Statistical analysis
The objective of the study was to determine the benefit of aspirin on mortality as a primary outcome, and a composite outcome of thromboembolic complications and the use of mechanical ventilation in patients hospitalized in our intensive care unit for severe COVID-19 infection.
For this purpose, our population was divided into two groups: the group of patients who received asiprin and the group of patients who received placebo. Data were collected and processed on IBM SPSS statistics 26.0 statistical software. Normally distributed quantitative variables were described as mean and standard deviation, and analyzed between the two groups by the t-student test. Quantitative variables not normally distributed were described as median and interquartile range, and analyzed by nonparametric tests (U-mann whitney test). The qualitative variables were described in numbers, and the analysis between the two groups was done by Pearson's chi-square test or Fisher's exact test. Anonymity and confidentiality were respected in all stages of data processing.

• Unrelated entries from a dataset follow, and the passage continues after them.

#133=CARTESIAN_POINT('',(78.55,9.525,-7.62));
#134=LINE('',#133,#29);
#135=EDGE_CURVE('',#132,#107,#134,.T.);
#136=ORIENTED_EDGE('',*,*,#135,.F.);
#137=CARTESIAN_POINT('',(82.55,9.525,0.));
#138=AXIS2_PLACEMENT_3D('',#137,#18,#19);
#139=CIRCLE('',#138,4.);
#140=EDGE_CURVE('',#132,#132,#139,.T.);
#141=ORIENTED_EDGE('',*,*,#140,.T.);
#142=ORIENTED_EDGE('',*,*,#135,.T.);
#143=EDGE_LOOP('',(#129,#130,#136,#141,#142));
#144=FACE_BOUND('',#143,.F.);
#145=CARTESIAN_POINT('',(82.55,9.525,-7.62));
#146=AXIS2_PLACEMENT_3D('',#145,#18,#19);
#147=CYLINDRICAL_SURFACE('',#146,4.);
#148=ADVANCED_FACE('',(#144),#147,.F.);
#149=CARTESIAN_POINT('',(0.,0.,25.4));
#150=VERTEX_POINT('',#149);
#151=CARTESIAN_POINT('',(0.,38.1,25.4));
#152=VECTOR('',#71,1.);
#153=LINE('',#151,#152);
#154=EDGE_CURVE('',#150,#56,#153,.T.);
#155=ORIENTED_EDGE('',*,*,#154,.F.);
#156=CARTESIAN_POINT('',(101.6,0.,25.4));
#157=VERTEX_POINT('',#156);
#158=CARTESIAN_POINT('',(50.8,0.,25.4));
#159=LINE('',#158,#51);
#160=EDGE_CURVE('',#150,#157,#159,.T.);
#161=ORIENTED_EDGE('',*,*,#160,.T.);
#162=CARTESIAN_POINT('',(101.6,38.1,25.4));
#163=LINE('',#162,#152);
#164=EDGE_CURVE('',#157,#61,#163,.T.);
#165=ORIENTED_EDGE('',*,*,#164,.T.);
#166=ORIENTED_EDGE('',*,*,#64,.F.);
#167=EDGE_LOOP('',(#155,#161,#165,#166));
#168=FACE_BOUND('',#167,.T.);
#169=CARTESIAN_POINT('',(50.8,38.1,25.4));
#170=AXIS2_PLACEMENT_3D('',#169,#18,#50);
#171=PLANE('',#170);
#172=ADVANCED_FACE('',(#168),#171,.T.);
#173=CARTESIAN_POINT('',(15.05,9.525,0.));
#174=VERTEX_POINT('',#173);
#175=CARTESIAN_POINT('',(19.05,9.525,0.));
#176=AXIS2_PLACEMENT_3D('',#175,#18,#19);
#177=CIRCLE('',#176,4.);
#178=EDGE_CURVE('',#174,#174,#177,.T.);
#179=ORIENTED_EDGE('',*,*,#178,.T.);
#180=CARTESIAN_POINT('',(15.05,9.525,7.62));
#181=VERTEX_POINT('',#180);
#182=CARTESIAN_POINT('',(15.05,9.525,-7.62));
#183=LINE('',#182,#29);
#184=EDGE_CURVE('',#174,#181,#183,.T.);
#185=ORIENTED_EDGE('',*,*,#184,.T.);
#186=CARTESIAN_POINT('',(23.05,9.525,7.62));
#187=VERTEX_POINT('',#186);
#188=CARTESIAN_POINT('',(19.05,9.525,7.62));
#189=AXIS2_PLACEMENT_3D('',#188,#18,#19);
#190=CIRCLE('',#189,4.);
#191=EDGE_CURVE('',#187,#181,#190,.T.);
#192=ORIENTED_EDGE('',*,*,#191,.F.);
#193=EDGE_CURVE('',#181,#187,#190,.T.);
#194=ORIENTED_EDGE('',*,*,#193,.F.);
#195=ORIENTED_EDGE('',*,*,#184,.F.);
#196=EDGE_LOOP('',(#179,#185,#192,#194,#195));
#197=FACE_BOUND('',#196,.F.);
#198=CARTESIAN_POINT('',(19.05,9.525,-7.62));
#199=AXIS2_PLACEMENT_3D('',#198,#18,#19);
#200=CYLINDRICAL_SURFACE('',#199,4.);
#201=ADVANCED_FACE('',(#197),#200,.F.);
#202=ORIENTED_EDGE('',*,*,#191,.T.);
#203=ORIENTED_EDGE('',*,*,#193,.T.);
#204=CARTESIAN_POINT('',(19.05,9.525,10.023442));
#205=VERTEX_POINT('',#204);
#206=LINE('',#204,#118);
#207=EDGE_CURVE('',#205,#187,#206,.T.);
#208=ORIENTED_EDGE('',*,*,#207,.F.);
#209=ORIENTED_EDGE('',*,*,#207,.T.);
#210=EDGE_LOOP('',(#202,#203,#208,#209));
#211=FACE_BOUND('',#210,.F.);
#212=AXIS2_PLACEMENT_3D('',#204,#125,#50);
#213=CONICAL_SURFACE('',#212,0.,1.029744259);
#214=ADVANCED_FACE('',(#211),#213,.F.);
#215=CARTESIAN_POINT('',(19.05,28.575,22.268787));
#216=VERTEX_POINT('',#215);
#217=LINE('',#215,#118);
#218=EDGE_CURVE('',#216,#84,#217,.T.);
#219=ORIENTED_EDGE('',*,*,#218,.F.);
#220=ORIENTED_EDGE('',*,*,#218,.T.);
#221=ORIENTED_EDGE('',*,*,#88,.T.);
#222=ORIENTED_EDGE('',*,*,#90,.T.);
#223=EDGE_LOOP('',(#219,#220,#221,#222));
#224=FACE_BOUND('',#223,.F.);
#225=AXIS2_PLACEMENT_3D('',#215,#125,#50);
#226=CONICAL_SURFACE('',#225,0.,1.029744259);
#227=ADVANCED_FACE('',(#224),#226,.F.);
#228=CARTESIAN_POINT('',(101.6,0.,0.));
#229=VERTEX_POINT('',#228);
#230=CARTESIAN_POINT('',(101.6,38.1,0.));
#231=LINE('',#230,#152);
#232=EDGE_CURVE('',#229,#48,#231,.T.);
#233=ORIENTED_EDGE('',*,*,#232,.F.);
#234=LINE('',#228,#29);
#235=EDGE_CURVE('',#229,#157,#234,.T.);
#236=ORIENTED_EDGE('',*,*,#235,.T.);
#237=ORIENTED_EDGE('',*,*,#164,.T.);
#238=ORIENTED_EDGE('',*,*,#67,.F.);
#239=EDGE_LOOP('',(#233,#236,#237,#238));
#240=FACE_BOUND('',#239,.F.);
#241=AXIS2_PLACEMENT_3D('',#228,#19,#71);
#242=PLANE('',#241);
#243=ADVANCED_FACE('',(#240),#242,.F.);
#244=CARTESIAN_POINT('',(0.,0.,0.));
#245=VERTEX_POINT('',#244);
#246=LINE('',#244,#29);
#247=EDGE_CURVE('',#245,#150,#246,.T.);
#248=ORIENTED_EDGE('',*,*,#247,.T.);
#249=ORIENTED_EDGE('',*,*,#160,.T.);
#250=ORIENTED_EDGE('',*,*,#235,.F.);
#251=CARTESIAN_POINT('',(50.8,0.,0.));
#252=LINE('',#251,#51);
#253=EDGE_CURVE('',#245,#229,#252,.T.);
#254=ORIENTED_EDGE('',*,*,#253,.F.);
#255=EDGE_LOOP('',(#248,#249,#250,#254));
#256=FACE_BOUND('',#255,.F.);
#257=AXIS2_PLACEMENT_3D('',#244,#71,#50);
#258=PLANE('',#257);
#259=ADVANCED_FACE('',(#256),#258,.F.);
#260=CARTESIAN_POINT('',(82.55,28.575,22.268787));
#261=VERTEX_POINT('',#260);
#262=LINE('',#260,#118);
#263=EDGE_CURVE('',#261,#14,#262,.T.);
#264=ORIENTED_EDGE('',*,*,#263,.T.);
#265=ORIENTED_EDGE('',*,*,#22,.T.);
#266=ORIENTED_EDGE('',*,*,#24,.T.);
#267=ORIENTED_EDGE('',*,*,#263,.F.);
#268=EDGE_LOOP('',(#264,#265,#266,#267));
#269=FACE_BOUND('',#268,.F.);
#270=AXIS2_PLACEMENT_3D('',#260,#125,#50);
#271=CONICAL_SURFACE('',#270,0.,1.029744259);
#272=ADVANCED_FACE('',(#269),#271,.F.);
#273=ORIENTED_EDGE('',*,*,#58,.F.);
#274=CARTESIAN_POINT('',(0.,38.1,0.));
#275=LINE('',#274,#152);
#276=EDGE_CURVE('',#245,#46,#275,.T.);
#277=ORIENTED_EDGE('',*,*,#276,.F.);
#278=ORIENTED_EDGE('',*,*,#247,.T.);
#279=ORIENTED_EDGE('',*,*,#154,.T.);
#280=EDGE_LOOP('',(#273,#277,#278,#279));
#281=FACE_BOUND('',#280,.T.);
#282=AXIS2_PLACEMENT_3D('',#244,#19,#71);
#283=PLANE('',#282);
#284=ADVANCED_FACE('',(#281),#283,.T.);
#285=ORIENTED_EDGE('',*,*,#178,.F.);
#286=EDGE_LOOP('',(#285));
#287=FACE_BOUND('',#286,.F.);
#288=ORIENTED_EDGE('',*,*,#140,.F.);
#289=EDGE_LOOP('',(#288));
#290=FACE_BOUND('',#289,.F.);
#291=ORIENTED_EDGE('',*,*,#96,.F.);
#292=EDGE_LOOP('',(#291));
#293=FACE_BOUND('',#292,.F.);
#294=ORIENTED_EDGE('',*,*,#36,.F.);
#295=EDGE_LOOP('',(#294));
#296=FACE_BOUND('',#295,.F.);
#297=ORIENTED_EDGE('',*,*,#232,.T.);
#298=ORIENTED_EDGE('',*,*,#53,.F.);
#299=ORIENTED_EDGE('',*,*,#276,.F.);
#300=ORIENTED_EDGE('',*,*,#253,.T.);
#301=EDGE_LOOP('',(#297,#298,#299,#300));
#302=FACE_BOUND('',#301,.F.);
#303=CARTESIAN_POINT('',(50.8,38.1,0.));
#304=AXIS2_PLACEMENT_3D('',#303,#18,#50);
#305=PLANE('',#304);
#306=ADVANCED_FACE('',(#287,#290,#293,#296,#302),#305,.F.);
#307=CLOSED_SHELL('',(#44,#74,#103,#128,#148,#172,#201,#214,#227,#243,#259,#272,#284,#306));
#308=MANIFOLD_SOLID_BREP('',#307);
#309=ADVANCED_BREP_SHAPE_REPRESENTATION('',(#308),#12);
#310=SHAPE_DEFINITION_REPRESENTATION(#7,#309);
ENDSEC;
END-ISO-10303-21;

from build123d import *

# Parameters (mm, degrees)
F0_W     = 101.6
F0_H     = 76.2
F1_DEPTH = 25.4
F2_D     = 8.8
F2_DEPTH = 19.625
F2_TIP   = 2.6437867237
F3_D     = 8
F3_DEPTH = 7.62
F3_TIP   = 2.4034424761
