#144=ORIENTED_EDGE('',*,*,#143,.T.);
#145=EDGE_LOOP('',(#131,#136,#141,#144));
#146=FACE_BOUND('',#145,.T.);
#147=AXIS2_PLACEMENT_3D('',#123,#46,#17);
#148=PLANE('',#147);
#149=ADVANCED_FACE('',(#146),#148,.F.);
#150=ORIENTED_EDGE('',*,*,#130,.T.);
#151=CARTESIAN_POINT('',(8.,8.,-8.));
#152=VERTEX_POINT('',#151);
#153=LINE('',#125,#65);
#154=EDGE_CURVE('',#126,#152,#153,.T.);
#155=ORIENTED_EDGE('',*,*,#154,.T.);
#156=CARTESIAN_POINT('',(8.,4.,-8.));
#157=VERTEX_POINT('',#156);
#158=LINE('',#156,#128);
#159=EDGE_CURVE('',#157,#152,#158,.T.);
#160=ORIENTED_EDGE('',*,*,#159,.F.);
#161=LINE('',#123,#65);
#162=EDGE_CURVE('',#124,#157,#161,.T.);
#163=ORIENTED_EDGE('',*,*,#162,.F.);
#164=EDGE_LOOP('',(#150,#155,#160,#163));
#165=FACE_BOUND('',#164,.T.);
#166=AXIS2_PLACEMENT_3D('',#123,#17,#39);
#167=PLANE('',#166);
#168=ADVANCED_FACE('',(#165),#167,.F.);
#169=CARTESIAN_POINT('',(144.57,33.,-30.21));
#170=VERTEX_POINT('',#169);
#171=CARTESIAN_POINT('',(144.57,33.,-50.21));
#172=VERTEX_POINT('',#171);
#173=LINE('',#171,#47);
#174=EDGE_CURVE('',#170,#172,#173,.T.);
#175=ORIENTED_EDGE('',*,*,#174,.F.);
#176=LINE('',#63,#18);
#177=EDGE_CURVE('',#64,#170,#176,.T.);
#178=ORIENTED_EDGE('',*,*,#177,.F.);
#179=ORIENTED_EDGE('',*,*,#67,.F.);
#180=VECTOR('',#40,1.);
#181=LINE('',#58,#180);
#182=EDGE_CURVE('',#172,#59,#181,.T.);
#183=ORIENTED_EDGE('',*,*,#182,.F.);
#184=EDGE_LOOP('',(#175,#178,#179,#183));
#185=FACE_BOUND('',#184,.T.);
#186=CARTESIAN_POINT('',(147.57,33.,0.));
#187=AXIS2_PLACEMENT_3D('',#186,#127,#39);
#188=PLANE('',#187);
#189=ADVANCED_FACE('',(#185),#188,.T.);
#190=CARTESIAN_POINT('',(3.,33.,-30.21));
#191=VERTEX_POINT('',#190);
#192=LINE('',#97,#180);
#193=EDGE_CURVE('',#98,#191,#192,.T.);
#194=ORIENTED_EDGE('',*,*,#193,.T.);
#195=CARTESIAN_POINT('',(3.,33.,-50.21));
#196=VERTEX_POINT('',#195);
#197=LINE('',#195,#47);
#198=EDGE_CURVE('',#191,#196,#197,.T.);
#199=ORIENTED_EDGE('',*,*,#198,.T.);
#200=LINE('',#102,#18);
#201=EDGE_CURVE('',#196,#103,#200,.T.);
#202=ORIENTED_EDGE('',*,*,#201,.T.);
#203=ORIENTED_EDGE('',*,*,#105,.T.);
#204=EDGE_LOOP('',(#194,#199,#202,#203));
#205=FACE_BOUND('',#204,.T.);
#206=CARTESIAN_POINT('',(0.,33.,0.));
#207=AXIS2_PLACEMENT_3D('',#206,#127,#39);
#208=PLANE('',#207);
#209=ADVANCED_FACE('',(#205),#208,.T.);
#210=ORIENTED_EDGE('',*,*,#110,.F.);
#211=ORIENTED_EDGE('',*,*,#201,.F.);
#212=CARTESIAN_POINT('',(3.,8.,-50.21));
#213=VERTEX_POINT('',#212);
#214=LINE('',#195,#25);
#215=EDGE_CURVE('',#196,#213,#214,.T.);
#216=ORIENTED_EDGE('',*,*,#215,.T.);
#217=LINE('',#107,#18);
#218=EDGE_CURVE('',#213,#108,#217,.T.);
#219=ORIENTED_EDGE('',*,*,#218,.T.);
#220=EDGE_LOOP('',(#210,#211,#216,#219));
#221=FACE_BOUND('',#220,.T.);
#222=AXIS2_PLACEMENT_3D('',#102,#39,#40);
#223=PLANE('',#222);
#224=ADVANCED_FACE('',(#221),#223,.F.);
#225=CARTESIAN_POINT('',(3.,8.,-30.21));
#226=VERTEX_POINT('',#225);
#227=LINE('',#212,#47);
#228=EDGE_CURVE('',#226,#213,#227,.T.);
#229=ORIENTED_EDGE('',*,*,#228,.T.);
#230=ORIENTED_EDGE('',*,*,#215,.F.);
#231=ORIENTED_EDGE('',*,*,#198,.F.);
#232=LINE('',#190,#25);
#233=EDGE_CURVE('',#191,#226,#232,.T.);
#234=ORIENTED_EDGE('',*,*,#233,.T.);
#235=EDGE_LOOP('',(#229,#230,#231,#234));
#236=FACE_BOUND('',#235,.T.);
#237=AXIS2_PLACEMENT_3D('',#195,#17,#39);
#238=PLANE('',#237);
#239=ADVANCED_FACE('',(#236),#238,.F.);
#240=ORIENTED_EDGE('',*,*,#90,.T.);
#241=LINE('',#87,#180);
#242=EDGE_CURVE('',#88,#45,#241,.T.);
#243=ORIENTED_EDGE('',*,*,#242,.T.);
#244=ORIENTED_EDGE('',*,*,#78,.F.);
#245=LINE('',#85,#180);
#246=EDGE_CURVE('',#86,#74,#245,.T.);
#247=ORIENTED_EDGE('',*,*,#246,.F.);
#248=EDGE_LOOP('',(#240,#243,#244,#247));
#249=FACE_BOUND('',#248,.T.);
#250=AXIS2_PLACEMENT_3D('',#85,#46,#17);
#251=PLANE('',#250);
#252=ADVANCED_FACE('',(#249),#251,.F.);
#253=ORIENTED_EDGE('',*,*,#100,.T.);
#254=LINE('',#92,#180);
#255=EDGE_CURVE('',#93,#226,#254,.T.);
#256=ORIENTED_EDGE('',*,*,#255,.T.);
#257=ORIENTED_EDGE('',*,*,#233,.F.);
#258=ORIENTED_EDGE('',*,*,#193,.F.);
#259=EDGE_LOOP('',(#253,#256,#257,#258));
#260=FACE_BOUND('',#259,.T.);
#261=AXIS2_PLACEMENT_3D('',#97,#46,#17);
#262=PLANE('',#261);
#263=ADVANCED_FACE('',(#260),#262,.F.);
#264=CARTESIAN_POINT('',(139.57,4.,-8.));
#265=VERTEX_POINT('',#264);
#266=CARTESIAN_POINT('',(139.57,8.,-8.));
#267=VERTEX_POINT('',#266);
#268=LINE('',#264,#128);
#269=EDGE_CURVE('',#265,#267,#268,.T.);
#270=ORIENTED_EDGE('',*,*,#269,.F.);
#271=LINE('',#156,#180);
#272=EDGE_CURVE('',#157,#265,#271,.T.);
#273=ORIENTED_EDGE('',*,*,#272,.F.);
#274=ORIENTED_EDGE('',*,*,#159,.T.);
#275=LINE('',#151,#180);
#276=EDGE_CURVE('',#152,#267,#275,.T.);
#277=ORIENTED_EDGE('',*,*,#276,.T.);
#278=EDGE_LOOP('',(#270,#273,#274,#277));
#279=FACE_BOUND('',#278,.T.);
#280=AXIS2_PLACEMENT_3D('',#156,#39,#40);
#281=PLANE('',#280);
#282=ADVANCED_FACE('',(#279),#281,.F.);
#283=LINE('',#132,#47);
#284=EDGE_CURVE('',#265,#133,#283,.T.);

For the primary outcome, a Cox proportional hazards regression analysis adjusted for the main variables described in the literature as a risk factor for mortality (age, previous heart disease, D-dimer level, and mechanical ventilation) was performed with the associated 95% confidence interval (CI) and two-sided p-value reported and a p-value less than 0.05 was considered statistically significant. For secondary outcomes, a logistic regression statistical analysis was applied. First, a univariate approach was performed for all covariates, and then a multivariate analysis was performed for all covariates that had a statistically significant result in the univariate analysis with an associated 95% confidence interval (CI) and two-sided p value were reported. For all statistical tests, a p value less than 0.05 was considered statistically significant.
Ethical aproval
This study was approved by the Mohammed Ith University ethical committee for biomedical research in OUJDA (Morocco) under the number 017/20.Access to patient data was authorized by the Mohammed VI university hospital and approved by the head of the department, and this after having the signed consent of the patients for participation in the study. For both groups, an informed consent was presented to each patient upon admission, for the explanation of the interest of the study, and the potential benefit expected as well as the complications on the use of aspirin. All included patients granted their participation in the study, with a signed consent. Data anonymity was respected in accordance with national and international guidelines.